Here is Rusty. He is way too thin, IMO, even for a vizsla! These pics are fairly good at showing his hip bones and spine. He will be soooo gorgeous when I am done with him! My hubby tells me I'm TOO good at fattening up the pets, so this should be a fun challenge for me!!


----------



## mswhipple (Mar 7, 2011)

OMG, you are so right, Shandroid... Rusty is way too skinny! That first picture really shows his hip bones sticking out. Poor guy! Are you're definitely not supposed to be able to see the individual vertebrae.

p.s. Apparently, he feels that the dry kibble is not actually edible. Good luck! I know you can do it.


----------



## laurita (Jun 12, 2011)

Hi Shandroid,
I've read some about resource guarding between dogs and it seems to be a very natural thing, and I would suspect that the fact that Rusty was taken from the street and didn't know when his next meal might play into it. I think prevention is key. In your case it's hard to separate dogs for feeding if your dog doesn't eat in one sitting. If you can feed him something that he'll eat right away (whether it's wet food, raw or cooked chicken, etc), you'll save yourself the anguish of whether there's going to be a fight over food. If your dog is engaged in a hard stare, you could try the use of a "blocking board." I read about that recently here:

http://www.theotherendoftheleash.com/blocking-boards-as-a-tool-in-aggression-cases 

I recently was dog sitting and didn't know what an appropriate punishment was for resource guarding between dogs and I read about first separating the dogs and having them both in a down stay (assuming you've been able to teach this already) and assuming a stern but quiet manner so that neither one gets your attention or approval. You don't want to favor one over another if they got into a scrap. You keep them far away from each other but so that they can still see each other (as long as one won't go after the other) and keep them there for a few minutes until half an hour. Then after you release them you can pay little attention to them for as long as you want depending on the transgression-- no praise, no petting, no approval.

I think walking the dogs together is a great idea, too, and in general, always reward polite behavior and not pushy behavior so that they see that the faster they act calm and polite, the faster they get attention.

Good luck!


----------



## Shandroid (Sep 10, 2011)

@Mswhipple: I'm not even sure the previous owners even fed him dry food, since he is fairly young and his teeth aren't all that great. Maybe bones are a new thing too, who knows. I have seen an improvement with him after I have been feeding him a yummy mix, but it will take time to fill out that skinny body. He's worth it though! 

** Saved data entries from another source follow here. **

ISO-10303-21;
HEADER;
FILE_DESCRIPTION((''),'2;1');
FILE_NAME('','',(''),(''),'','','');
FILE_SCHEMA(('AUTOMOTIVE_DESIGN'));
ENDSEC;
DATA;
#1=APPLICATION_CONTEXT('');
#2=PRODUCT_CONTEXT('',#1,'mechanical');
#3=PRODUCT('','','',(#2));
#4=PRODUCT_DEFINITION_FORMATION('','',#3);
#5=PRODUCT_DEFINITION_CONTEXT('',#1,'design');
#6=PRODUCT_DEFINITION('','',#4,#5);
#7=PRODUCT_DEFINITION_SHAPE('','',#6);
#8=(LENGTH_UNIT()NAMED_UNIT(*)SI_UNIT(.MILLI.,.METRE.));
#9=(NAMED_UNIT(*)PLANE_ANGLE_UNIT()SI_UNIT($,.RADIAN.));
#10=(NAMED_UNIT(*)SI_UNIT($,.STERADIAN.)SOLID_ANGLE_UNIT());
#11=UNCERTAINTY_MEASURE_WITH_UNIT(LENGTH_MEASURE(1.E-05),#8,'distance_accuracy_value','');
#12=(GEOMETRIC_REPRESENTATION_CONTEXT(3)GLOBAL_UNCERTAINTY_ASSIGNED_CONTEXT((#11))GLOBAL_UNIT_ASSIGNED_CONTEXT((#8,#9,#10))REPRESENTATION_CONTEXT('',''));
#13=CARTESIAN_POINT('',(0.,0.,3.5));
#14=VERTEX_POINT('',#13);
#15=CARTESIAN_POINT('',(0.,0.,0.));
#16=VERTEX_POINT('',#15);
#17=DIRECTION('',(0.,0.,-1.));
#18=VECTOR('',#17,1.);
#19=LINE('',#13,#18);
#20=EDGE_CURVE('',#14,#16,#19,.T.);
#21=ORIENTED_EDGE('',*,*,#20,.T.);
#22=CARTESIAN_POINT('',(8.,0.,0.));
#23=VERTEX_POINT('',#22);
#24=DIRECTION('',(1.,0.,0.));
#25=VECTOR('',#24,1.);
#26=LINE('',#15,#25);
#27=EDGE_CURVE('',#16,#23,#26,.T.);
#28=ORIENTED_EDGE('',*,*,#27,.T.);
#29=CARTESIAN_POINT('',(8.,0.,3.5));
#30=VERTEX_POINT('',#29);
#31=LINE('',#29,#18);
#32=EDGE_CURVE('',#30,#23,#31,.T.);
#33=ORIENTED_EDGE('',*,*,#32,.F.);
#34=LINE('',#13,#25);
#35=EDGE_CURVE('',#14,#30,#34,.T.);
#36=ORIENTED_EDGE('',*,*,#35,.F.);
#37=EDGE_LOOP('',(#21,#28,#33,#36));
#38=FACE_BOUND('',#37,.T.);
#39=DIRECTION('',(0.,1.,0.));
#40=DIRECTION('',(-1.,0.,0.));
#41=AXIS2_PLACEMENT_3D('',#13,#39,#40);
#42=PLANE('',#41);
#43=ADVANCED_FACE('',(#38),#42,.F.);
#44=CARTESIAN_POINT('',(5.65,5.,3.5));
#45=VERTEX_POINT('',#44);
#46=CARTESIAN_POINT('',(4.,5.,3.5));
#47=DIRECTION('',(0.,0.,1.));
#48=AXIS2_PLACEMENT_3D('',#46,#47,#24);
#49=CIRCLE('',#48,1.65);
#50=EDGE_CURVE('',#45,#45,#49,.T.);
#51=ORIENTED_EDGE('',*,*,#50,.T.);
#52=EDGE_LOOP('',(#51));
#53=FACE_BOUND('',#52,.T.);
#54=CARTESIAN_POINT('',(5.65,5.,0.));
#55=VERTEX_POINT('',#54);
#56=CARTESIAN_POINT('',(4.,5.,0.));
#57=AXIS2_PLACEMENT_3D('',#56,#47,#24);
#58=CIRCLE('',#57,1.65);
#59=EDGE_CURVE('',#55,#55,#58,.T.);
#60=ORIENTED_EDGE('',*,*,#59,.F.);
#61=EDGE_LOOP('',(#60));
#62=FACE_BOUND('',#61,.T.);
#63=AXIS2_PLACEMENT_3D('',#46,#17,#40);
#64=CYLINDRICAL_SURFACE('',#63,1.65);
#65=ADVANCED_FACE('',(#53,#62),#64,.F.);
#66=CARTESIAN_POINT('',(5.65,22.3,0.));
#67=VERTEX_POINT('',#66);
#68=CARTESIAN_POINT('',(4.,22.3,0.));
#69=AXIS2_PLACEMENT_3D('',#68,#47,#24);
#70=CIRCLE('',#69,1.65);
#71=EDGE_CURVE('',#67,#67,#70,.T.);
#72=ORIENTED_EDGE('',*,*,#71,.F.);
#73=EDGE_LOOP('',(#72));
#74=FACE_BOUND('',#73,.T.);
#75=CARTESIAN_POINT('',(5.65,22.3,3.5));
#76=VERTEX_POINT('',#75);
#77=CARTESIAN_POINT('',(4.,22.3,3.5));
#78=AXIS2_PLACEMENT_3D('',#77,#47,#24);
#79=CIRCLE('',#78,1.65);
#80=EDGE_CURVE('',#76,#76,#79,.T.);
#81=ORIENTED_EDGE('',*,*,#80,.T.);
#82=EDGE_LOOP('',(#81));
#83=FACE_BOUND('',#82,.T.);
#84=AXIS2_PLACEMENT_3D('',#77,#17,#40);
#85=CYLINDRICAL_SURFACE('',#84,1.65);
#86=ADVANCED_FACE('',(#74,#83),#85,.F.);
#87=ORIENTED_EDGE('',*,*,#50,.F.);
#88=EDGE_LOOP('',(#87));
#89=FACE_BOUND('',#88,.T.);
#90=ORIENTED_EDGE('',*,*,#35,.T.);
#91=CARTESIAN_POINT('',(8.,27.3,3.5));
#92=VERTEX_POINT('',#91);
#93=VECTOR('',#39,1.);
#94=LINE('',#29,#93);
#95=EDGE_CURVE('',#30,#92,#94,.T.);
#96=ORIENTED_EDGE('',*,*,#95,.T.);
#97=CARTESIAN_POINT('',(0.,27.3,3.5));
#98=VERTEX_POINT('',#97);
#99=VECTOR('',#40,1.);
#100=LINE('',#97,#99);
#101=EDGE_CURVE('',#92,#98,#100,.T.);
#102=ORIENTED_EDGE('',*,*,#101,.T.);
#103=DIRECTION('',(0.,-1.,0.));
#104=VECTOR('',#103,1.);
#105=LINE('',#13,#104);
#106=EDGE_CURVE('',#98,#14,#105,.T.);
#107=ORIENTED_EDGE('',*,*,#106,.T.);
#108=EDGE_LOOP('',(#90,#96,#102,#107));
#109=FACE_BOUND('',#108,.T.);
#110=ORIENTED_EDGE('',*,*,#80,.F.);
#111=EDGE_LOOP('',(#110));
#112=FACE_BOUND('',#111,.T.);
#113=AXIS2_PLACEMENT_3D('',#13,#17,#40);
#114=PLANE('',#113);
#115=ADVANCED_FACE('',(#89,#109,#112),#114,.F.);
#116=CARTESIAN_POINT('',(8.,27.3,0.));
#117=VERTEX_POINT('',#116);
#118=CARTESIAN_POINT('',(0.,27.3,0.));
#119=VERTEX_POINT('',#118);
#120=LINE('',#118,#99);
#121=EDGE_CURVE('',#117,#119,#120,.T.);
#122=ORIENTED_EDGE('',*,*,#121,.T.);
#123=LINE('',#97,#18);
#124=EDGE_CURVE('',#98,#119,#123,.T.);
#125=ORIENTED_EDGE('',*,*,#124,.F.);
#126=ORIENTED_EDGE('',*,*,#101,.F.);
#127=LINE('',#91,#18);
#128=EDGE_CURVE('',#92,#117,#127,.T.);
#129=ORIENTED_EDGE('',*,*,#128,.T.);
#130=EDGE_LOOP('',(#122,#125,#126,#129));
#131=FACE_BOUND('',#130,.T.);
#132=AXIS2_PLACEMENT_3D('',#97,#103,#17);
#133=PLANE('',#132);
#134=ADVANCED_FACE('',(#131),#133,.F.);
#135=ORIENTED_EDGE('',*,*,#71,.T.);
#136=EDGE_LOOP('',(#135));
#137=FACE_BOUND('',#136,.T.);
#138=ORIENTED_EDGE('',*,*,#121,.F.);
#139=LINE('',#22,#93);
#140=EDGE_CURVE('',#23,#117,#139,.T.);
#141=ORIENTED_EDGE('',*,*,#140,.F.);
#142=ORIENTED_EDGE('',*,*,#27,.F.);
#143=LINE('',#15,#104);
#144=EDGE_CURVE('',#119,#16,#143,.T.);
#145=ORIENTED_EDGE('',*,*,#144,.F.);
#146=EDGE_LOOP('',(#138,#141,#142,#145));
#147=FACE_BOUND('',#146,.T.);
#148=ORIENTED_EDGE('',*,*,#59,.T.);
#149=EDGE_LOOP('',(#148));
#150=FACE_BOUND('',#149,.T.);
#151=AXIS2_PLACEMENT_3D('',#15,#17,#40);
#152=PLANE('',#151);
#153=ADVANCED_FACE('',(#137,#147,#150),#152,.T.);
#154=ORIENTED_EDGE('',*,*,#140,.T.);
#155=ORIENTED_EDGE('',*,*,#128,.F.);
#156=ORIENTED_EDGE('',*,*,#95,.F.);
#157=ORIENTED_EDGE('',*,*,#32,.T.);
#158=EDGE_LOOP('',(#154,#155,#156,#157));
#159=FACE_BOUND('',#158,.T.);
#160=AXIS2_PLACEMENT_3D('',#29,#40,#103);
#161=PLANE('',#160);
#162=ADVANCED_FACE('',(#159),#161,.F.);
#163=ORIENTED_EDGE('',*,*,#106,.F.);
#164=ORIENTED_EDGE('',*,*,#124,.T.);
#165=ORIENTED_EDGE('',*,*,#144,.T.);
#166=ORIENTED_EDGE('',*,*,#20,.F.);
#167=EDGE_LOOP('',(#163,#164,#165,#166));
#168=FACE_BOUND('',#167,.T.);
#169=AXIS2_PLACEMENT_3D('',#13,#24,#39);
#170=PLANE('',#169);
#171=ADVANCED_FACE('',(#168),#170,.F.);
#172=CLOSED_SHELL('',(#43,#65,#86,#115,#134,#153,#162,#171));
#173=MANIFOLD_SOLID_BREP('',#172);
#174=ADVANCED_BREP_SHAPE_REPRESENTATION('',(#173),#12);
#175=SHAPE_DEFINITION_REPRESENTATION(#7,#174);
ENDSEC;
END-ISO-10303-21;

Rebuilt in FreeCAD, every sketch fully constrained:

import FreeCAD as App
import Part
import Sketcher

V = App.Vector
Q = App.Units.Quantity

doc = App.newDocument("Part")
body = doc.addObject("PartDesign::Body", "Body")

sketch1 = body.newObject("Sketcher::SketchObject", "Sketch")
sketch1.AttachmentSupport = (doc.getObject("XY_Plane"), [""])
sketch1.MapMode = "FlatFace"
sketch1.addGeometry(Part.LineSegment(V(0, 27.3, 0), V(0, 0, 0)), False)
sketch1.addGeometry(Part.LineSegment(V(0, 0, 0), V(8, 0, 0)), False)
sketch1.addGeometry(Part.LineSegment(V(8, 0, 0), V(8, 27.3, 0)), False)
sketch1.addGeometry(Part.LineSegment(V(8, 27.3, 0), V(0, 27.3, 0)), False)
sketch1.addGeometry(Part.Circle(V(4, 5, 0), V(0, 0, 1), 1.6), False)
sketch1.addGeometry(Part.Circle(V(4, 22.3, 0), V(0, 0, 1), 1.6), False)
sketch1.addConstraint(Sketcher.Constraint("Coincident", 0, 2, 1, 1))
sketch1.addConstraint(Sketcher.Constraint("Coincident", 1, 2, 2, 1))
sketch1.addConstraint(Sketcher.Constraint("Coincident", 2, 2, 3, 1))
sketch1.addConstraint(Sketcher.Constraint("Coincident", 3, 2, 0, 1))
sketch1.addConstraint(Sketcher.Constraint("Vertical", 0))
sketch1.addConstraint(Sketcher.Constraint("Horizontal", 1))
sketch1.addConstraint(Sketcher.Constraint("Vertical", 2))
sketch1.addConstraint(Sketcher.Constraint("Horizontal", 3))
sketch1.addConstraint(Sketcher.Constraint("Coincident", 0, 2, -1, 1))
sketch1.addConstraint(Sketcher.Constraint("Equal", 4, 5))
sketch1.addConstraint(Sketcher.Constraint("Vertical", 4, 3, 5, 3))
sketch1.addConstraint(Sketcher.Constraint("Diameter", 4, Q("3.3 mm")))
sketch1.addConstraint(Sketcher.Constraint("DistanceX", 1, 1, 1, 2, Q("8 mm")))
sketch1.addConstraint(Sketcher.Constraint("DistanceY", 0, 2, 0, 1, Q("27.3 mm")))
sketch1.addConstraint(Sketcher.Constraint("DistanceX", -1, 1, 4, 3, Q("4 mm")))
sketch1.addConstraint(Sketcher.Constraint("DistanceY", -1, 1, 4, 3, Q("5 mm")))
sketch1.addConstraint(Sketcher.Constraint("DistanceY", 5, 3, 2, 2, Q("5 mm")))
pad1 = body.newObject("PartDesign::Pad", "Pad")
pad1.Profile = sketch1
pad1.Length = 3.5

doc.recompute()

@laurita: I definitely have a dog right now, Petey, the rat terrier who resource guards but he is such a weiner that none of the other dogs pay attention to him. Rusty, being a starved dog, I think has a point of guarding, but it definitely isn't going to fly in this house. Every dog but Petey that we have is elderly and cannot withstand scraps with Rusty. They are ages 11, 10, and 16 to Petey's 4. I feel bad for Petey because he is now a bit fearful of Rusty because the last scrap drew blood and he is already a weiner. He really enjoyed Rusty before that. I blame myself for not feeding Rusty what he wanted. As time goes by, I am sure they will be good buddies again. Thank you for that link, that is a really good site! I have something I can use as a blocking board, and that is a great idea. Rusty's main goal in life is to please his people, so he will get it that that behavior does not make us happy, plus keeping his belly full!  

It is a bit difficult to walk the dogs together on leashes where we live, as we live in the country on a gravel road, but we do take them out and have them run together all over our acreage. I want Petey to play with Rusty again as they are close in age, but apparently, Petey is still a bit fearful of him. Rusty is also more apt to want to play with our 10 year old Scotty who is in no condition to play at all, as she is in poor health. She loves Rusty though and has from day one.

Hopefully, things will get a bit better soon. Rusty is very sweet, even if he still likes to chase our cats, and has a guarding problem!!


----------